Test, QC & Monitoring Global Viewpoint – November 2020
ML Confirmation Bias
Key to effective ML (Machine Learning) prediction is the accuracy of the data used to train the systems. But what is this training data and what happens when it’s not as accurate as we would like to believe?
Library search systems are an excellent example of applications that have benefited greatly from ML. Generally speaking, the better the classification metadata used for search, then the more likely it is for editors and producers to be able to retrieve the shots they want.
With the introduction of ML, the speed and accuracy with which footage can be classified is breathtaking. With the right data sets there’s no need for a human to get involved with the classification at all, but the quality and accuracy of the classification is a direct consequence of the accuracy of the training data used.
Somebody somewhere is responsible for training the ML system. Training fundamentally involves sitting through hours of material to find sample images of the item in the video that is to be detected. This provides the source-of-truth training data which in turn will provide the metadata for the final library classification product.
Confirmation bias is a well-known human phenomenon and has been the subject of much research over the past sixty years. As humans we have a tendency to search for, recall and interpret information in a way that seems to confirm our existing beliefs. In other words, people tend to look and believe what is true to them. Intuitively this is correct, after all, who likes being wrong?
Going back to our library search system, during the training process, humans are providing a source of truth that is in part influenced by their own confirmation bias. I’ve no idea how much the results are influenced but I believe left unchecked it could be a serious issue.

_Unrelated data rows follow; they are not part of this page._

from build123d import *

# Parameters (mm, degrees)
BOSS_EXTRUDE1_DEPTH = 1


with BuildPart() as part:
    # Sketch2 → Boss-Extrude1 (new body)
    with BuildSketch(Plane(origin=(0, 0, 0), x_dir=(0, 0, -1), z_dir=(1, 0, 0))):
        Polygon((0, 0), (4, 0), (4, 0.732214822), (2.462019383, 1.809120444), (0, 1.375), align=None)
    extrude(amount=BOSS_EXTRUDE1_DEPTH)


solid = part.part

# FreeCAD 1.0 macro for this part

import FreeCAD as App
import Part
import Sketcher

V = App.Vector
Q = App.Units.Quantity

doc = App.newDocument("Part")
body = doc.addObject("PartDesign::Body", "Body")

# Sketch on YZ plane
sketch1 = body.newObject("Sketcher::SketchObject", "Sketch")
sketch1.AttachmentSupport = (doc.getObject("YZ_Plane"), [""])
sketch1.MapMode = "FlatFace"
sketch1.addGeometry([
    Part.LineSegment(V(0, 0, 0), V(0, -4, 0)),  # 0
    Part.LineSegment(V(0, -4, 0), V(0.7, -4, 0)),  # 1
    Part.LineSegment(V(0.7, -4, 0), V(1.8, -2.5, 0)),  # 2
    Part.LineSegment(V(1.8, -2.5, 0), V(1.4, 0, 0)),  # 3
    Part.LineSegment(V(1.4, 0, 0), V(0, 0, 0)),  # 4
], False)
sketch1.addConstraint([
    Sketcher.Constraint("Coincident", 0, 2, 1, 1),
    Sketcher.Constraint("Coincident", 1, 2, 2, 1),
    Sketcher.Constraint("Coincident", 2, 2, 3, 1),
    Sketcher.Constraint("Coincident", 3, 2, 4, 1),
    Sketcher.Constraint("Coincident", 4, 2, 0, 1),
    Sketcher.Constraint("Vertical", 0),
    Sketcher.Constraint("Horizontal", 1),
    Sketcher.Constraint("Horizontal", 4),
    Sketcher.Constraint("Coincident", 4, 2, -1, 1),
    Sketcher.Constraint("DistanceY", 0, 2, 0, 1, Q("4 mm")),
    Sketcher.Constraint("Angle", 2, Q("55 deg")),
    Sketcher.Constraint("Angle", 3, Q("100 deg")),
    Sketcher.Constraint("Distance", 3, Q("2.5 mm")),
    Sketcher.Constraint("DistanceX", 4, 2, 4, 1, Q("1.375 mm")),
])
pad1 = body.newObject("PartDesign::Pad", "Pad")
pad1.Profile = sketch1
pad1.Length = 1

doc.recompute()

For example, if somebody was tasked with classifying all scenes for political parties, and they supported a particular group, then we might find that some political parties were underrepresented in the training dataset, which in turn would lead to a biased search. This isn’t a criticism of the person providing the classification function, but merely an observation of human nature.

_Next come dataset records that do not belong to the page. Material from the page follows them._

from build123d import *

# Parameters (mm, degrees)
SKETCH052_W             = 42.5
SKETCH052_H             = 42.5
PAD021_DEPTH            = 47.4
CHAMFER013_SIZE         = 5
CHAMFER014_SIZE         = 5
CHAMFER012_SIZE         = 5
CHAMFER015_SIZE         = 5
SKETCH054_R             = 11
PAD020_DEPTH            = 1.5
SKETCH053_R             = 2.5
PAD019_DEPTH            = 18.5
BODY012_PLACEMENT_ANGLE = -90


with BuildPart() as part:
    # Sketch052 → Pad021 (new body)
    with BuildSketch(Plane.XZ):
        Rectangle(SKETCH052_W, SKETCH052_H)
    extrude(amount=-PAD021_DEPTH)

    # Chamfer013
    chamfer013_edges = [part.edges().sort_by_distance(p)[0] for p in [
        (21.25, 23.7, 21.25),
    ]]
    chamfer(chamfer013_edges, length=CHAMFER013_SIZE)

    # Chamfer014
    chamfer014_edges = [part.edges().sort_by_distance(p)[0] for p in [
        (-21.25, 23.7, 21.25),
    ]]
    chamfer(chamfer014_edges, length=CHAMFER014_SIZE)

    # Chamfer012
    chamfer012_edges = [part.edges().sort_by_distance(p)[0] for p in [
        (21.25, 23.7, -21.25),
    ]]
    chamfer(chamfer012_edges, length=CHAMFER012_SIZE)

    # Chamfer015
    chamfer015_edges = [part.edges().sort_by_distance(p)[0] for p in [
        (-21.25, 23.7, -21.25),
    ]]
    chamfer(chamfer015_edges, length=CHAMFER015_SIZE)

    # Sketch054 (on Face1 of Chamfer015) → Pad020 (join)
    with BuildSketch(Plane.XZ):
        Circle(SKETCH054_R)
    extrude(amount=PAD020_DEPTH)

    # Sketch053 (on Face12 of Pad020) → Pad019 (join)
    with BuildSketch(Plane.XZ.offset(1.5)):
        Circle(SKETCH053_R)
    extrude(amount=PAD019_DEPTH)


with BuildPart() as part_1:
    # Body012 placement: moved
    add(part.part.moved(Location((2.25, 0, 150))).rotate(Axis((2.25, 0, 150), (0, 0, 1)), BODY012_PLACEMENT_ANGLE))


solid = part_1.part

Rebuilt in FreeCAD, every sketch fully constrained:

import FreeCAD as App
import Part
import Sketcher
from FreeCAD import Vector
Q = App.Units.Quantity


def edges_at(feature, points):
    """Names of the edges that pass closest to the given points."""
    edges = feature.Shape.Edges
    near = lambda p: min(range(len(edges)), key=lambda i: edges[i].distToShape(Part.Vertex(*p))[0])
    return sorted({f"Edge{near(p) + 1}" for p in points})


def add_polygon(sketch, points):
    """Adds a closed chain of lines whose ends are joined by coincident constraints."""
    first, n = sketch.GeometryCount, len(points)
    for a, b in zip(points, points[1:] + points[:1]):
        sketch.addGeometry(Part.LineSegment(App.Vector(*a, 0), App.Vector(*b, 0)), False)
    for i in range(n):
        sketch.addConstraint(Sketcher.Constraint("Coincident", first + i, 2, first + (i + 1) % n, 1))

doc = App.newDocument("Part")
body = doc.addObject("PartDesign::Body", "Body")

# Sketch on XZ plane
sketch1 = body.newObject("Sketcher::SketchObject", "Sketch")
sketch1.AttachmentSupport = (doc.getObject("XZ_Plane"), [""])
sketch1.MapMode = "FlatFace"
add_polygon(sketch1, [(-21, 21), (-21, -21), (21, -21), (21, 21)])  # lines 0-3
sketch1.addConstraint([
    Sketcher.Constraint("Vertical", 0),
    Sketcher.Constraint("Horizontal", 1),
    Sketcher.Constraint("Vertical", 2),
    Sketcher.Constraint("Horizontal", 3),
    Sketcher.Constraint("Symmetric", 0, 2, 2, 2, -1, 1),
    Sketcher.Constraint("Equal", 3, 0),
    Sketcher.Constraint("DistanceX", 1, 1, 1, 2, Q("42.5 mm")),
])
pad1 = body.newObject("PartDesign::Pad", "Pad")
pad1.Profile = sketch1
pad1.Length = 47.4
pad1.Reversed = True
doc.recompute()

chamfer = body.newObject("PartDesign::Chamfer", "Chamfer")
chamfer.Base = (pad1, edges_at(pad1, [(21.25, 23.7, 21.25)]))
chamfer.Size = 5
doc.recompute()

chamfer2 = body.newObject("PartDesign::Chamfer", "Chamfer001")
chamfer2.Base = (chamfer, edges_at(chamfer, [(-21.25, 23.7, 21.25)]))
chamfer2.Size = 5
doc.recompute()

chamfer3 = body.newObject("PartDesign::Chamfer", "Chamfer002")
chamfer3.Base = (chamfer2, edges_at(chamfer2, [(21.25, 23.7, -21.25)]))
chamfer3.Size = 5
doc.recompute()

chamfer4 = body.newObject("PartDesign::Chamfer", "Chamfer003")
chamfer4.Base = (chamfer3, edges_at(chamfer3, [(-21.25, 23.7, -21.25)]))
chamfer4.Size = 5

# Sketch on XZ plane
sketch2 = body.newObject("Sketcher::SketchObject", "Sketch001")
sketch2.AttachmentSupport = (doc.getObject("XZ_Plane"), [""])
sketch2.MapMode = "FlatFace"
sketch2.addGeometry(Part.Circle(Vector(0, 0, 0), Vector(0, 0, 1), 11), False)
sketch2.addConstraint([
    Sketcher.Constraint("Coincident", 0, 3, -1, 1),
    Sketcher.Constraint("Diameter", 0, Q("22 mm")),
])
pad2 = body.newObject("PartDesign::Pad", "Pad001")
pad2.Profile = sketch2
pad2.Length = 1.5

# Sketch on XZ plane
sketch3 = body.newObject("Sketcher::SketchObject", "Sketch002")
sketch3.AttachmentSupport = (doc.getObject("XZ_Plane"), [""])
sketch3.MapMode = "FlatFace"
sketch3.AttachmentOffset = App.Placement(Vector(0, 0, 1.5), App.Rotation())
sketch3.addGeometry(Part.Circle(Vector(0, 0, 0), Vector(0, 0, 1), 2.5), False)
sketch3.addConstraint([
    Sketcher.Constraint("Coincident", 0, 3, -1, 1),
    Sketcher.Constraint("Diameter", 0, Q("5 mm")),
])
pad3 = body.newObject("PartDesign::Pad", "Pad002")
pad3.Profile = sketch3
pad3.Length = 18.5
body2 = doc.addObject("PartDesign::Body", "Body001")
doc.recompute()

body.Placement = App.Placement(Vector(2.25, 0, 150), App.Rotation(Vector(0, 0, 1), 270))
boolean = body2.newObject("PartDesign::Boolean", "Boolean")
boolean.Type = "Fuse"
boolean.addObjects([body])

doc.recompute()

One solution is to have many people from all different walks of life classifying the same data so that hopefully the law of large numbers would come into effect and average out any bias.
ML systems using supervised learning such as image classifiers are only as accurate as the data used to train them. This concerns me greatly as I believe that systems that are based on subjective analysis, such as image classification, are more susceptible to confirmation bias. Consequently, we need to scrutinize the training data as much as the finished product.
I would like to think that as products mature then vendors will re-train their ML solutions and provide new parameters for their models to improve their accuracy. A form of constant improvement. But how often will this happen and who is responsible for maintaining the quality of these products within a broadcast facility? How do we check them and who guards the guard? Especially as ML moves further into the program chain.
This is a fantastic opportunity for vendors to demonstrate to broadcasters the quality of their ML products. But I think broadcast engineers need to dig deep into the training datasets and start to ask some probing questions of them.